Substituting $\eta_\alpha^*$ back and using $C_{0\alpha} = \rho_\alpha \sigma_0 \sigma_\alpha$:

\[ \boxed{ \mathbb{V}[\hat{\mu}_0^{\text{MFMC}}] = \frac{\sigma_0^2}{N_0} \left(1 - \sum_{\alpha=1}^{M} \left(\frac{1}{r_{\alpha-1}} - \frac{1}{r_\alpha}\right)\rho_\alpha^2 \right). } \tag{6}\]

The variance reduction relative to MC is $1 - \sum_\alpha (r_{\alpha-1}^{-1} - r_\alpha^{-1})\rho_\alpha^2$. As $r_\alpha \to \infty$ for all $\alpha$, this approaches $1 - \rho_1^2$, the CV-1 limit identified in the concept tutorial.

Optimal Sample Ratios

Minimise Equation 6 subject to the cost constraint Equation 1. Both variance and cost depend on $N_0$ and $r_1, \ldots, r_M$. Treating these as continuous variables and differentiating with respect to $r_\alpha$ yields the optimal ratios [PWGSIAM2016]:

\[ \boxed{ r_\alpha^* = \sqrt{ \frac{C_0\,(\rho_\alpha^2 - \rho_{\alpha+1}^2)} {C_\alpha\,(1 - \rho_1^2)} }, \quad \alpha = 1, \ldots, M. } \tag{7}\]

The factor $\rho_\alpha^2 - \rho_{\alpha+1}^2$ is the marginal correlation gain from adding model $\alpha$: how much additional correlation with $f_0$ model $\alpha$ provides over the next cheaper model. A large marginal gain and low cost $C_\alpha$ together produce a large $r_\alpha^*$ — many samples are worth allocating to that level.

Validity condition

The formula Equation 7 requires the ratios to be strictly increasing ($r_\alpha^* > r_{\alpha-1}^*$). This holds when

\[ \frac{C_{\alpha-1}}{C_\alpha} > \frac{\rho_{\alpha-1}^2 - \rho_\alpha^2}{\rho_\alpha^2 - \rho_{\alpha+1}^2}, \quad \alpha = 1, \ldots, M. \tag{8}\]

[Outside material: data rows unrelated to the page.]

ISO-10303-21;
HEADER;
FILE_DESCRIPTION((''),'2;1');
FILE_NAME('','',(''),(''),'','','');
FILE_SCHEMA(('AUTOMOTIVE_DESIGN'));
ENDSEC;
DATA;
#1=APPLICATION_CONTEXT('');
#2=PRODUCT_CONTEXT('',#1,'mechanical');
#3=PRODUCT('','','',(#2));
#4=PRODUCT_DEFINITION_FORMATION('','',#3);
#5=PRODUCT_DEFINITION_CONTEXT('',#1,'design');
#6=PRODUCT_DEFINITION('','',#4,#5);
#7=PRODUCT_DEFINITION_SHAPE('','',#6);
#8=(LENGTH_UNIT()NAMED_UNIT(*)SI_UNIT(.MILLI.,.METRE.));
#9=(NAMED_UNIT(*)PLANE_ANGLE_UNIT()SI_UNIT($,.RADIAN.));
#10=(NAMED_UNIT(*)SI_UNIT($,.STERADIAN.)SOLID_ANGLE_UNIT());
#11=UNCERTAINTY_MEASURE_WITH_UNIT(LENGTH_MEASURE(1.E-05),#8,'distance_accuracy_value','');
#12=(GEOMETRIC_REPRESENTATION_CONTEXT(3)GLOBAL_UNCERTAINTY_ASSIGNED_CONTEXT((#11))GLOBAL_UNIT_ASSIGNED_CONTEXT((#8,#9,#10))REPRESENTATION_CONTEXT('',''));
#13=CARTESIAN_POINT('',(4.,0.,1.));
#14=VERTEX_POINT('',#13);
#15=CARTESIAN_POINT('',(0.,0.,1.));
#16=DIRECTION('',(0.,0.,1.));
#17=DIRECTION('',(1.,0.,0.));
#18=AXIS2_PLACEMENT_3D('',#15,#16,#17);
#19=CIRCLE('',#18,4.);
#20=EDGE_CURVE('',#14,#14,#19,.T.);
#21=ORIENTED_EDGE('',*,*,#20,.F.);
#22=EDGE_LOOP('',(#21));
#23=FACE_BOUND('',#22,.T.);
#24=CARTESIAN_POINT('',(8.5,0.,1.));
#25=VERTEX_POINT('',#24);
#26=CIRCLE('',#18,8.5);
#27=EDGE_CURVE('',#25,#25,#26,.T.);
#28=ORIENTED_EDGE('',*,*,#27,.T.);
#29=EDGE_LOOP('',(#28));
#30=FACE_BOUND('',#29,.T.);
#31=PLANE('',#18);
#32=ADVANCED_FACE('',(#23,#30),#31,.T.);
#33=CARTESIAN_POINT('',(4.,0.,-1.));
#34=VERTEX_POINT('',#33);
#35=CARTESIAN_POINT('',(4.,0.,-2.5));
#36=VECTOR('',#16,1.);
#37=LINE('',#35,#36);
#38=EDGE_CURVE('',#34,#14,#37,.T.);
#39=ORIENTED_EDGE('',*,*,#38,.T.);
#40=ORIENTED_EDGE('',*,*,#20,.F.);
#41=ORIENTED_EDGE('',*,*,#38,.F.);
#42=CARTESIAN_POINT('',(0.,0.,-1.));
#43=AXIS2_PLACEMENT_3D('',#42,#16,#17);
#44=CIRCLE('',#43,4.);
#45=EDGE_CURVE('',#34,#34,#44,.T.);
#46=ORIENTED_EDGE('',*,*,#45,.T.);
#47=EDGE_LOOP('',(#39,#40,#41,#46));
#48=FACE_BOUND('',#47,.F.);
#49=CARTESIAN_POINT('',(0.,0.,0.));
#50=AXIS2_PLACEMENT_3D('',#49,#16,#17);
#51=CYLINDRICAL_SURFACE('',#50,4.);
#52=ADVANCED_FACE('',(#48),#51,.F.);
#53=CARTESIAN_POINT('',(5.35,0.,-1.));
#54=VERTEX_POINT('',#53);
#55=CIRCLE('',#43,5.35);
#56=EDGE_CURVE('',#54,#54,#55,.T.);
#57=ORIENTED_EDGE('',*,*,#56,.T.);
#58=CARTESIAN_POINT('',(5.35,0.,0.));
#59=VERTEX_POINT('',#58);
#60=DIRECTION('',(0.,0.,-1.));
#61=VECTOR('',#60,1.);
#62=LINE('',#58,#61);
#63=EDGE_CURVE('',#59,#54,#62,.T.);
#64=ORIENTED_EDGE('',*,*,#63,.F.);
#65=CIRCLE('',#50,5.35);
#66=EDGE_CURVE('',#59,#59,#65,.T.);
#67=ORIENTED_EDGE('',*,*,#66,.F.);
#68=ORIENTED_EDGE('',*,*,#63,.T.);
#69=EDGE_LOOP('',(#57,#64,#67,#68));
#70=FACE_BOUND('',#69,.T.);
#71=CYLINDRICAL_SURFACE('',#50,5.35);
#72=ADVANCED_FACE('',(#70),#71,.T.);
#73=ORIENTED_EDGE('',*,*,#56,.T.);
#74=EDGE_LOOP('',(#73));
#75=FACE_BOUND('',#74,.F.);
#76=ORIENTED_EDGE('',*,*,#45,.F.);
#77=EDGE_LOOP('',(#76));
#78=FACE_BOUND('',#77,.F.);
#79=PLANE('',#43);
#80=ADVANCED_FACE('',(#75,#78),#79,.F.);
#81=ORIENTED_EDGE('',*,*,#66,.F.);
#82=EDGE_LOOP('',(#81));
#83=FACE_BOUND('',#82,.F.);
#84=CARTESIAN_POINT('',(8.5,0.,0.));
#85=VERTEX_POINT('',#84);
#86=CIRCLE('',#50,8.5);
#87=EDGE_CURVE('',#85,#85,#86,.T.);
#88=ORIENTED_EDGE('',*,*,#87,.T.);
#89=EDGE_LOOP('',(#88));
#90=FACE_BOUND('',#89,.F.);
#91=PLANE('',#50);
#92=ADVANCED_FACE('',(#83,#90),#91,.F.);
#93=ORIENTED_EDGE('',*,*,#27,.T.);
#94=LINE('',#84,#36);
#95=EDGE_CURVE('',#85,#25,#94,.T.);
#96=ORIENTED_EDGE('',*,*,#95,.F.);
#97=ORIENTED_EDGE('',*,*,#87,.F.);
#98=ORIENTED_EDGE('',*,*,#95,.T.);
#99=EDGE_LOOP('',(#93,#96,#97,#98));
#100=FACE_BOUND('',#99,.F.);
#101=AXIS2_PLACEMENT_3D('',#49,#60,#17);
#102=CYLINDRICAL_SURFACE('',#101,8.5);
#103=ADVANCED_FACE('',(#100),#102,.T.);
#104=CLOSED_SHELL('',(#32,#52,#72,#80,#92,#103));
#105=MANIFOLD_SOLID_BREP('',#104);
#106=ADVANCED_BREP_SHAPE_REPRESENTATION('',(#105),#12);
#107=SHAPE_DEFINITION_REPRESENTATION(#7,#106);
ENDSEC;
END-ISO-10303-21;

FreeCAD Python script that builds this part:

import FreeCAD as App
import Part
import Sketcher

doc = App.newDocument("Part")
body = doc.addObject("PartDesign::Body", "Body")

# Sketch on XY plane
sketch1 = body.newObject("Sketcher::SketchObject", "Sketch")
sketch1.AttachmentSupport = (doc.getObject("XY_Plane"), [""])
sketch1.MapMode = "FlatFace"
sketch1.addGeometry(Part.Circle(App.Vector(0, 0, 0), App.Vector(0, 0, 1), 8), False)
sketch1.addConstraint([
    Sketcher.Constraint("Coincident", 0, 3, -1, 1),
    Sketcher.Constraint("Diameter", 0, 17.0),
])
pad1 = body.newObject("PartDesign::Pad", "Pad")
pad1.Profile = sketch1
pad1.Length = 1

# Sketch on XY plane
sketch2 = body.newObject("Sketcher::SketchObject", "Sketch001")
sketch2.AttachmentSupport = (doc.getObject("XY_Plane"), [""])
sketch2.MapMode = "FlatFace"
sketch2.addGeometry(Part.Circle(App.Vector(0, 0, 0), App.Vector(0, 0, 1), 5), False)
sketch2.addConstraint([
    Sketcher.Constraint("Coincident", 0, 3, -1, 1),
    Sketcher.Constraint("Diameter", 0, 10.7),
])
pad2 = body.newObject("PartDesign::Pad", "Pad001")
pad2.Profile = sketch2
pad2.Length = 1
pad2.Reversed = True

# Sketch on XY plane
sketch3 = body.newObject("Sketcher::SketchObject", "Sketch002")
sketch3.AttachmentSupport = (doc.getObject("XY_Plane"), [""])
sketch3.MapMode = "FlatFace"
sketch3.addGeometry(Part.Circle(App.Vector(0, 0, 0), App.Vector(0, 0, 1), 4), False)
sketch3.addConstraint([
    Sketcher.Constraint("Coincident", 0, 3, -1, 1),
    Sketcher.Constraint("Diameter", 0, 8.0),
])
pocket1 = body.newObject("PartDesign::Pocket", "Pocket")
pocket1.Profile = sketch3
pocket1.Length = 5
pocket1.Midplane = True

doc.recompute()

Interpretation: The cost ratio between adjacent models must exceed the ratio of their marginal correlation gains. If this fails for model $\alpha$, that model does not contribute to variance reduction at the optimal allocation and should be removed from the hierarchy before solving again.

Numerical Verification

import numpy as np
import matplotlib.pyplot as plt
from pyapprox.util.backends.numpy import NumpyBkd
from pyapprox_benchmarks.statest import (
    PolynomialEnsembleBenchmark,
)
from pyapprox.statest.statistics import MultiOutputMean
from pyapprox.statest.acv import MFMCEstimator, MLMCEstimator
from pyapprox.statest.acv.allocation import default_allocator_factory
from pyapprox.statest.acv.base import FittedACVEstimator
from pyapprox.statest.mc_estimator import MCEstimator
from pyapprox.statest.allocation import MCAllocator

bkd       = NumpyBkd()
benchmark = PolynomialEnsembleBenchmark(bkd, nmodels=5)
variable  = benchmark.problem().prior()
models    = benchmark.problem().models()
costs_bkd = benchmark.problem().costs()
costs     = bkd.to_numpy(costs_bkd)
nqoi      = models[0].nqoi()
cov_true  = bkd.to_numpy(benchmark.ensemble_covariance())
sigma2_hf = cov_true[0, 0]
M         = len(models) - 1

# Correlations rho_{0,alpha}
rho = np.array([cov_true[0, a] / np.sqrt(cov_true[0, 0] * cov_true[a, a])
                for a in range(len(models))])
rho_ext = np.append(rho, 0.0)   # rho_{M+1} = 0

# Analytical optimal ratios from eq-r-star
r_star = np.array([1.0] + [
    np.sqrt(costs[0] * (rho_ext[a]**2 - rho_ext[a+1]**2)
            / (costs[a] * (1 - rho_ext[1]**2)))
    for a in range(1, M + 1)
])

print("Optimal ratios r_alpha*:")
for a, r in enumerate(r_star):
    print(f"  alpha={a}: r* = {r:.2f}")

Optimal ratios r_alpha*:
  alpha=0: r* = 1.00
  alpha=1: r* = 6.28
  alpha=2: r* = 30.21
  alpha=3: r* = 136.35
  alpha=4: r* = 820.65

from pyapprox_tutorials.figures._hierarchy import plot_mfmc_variance_verify

stat = MultiOutputMean(nqoi, bkd)
stat.set_pilot_quantities(bkd.asarray(cov_true))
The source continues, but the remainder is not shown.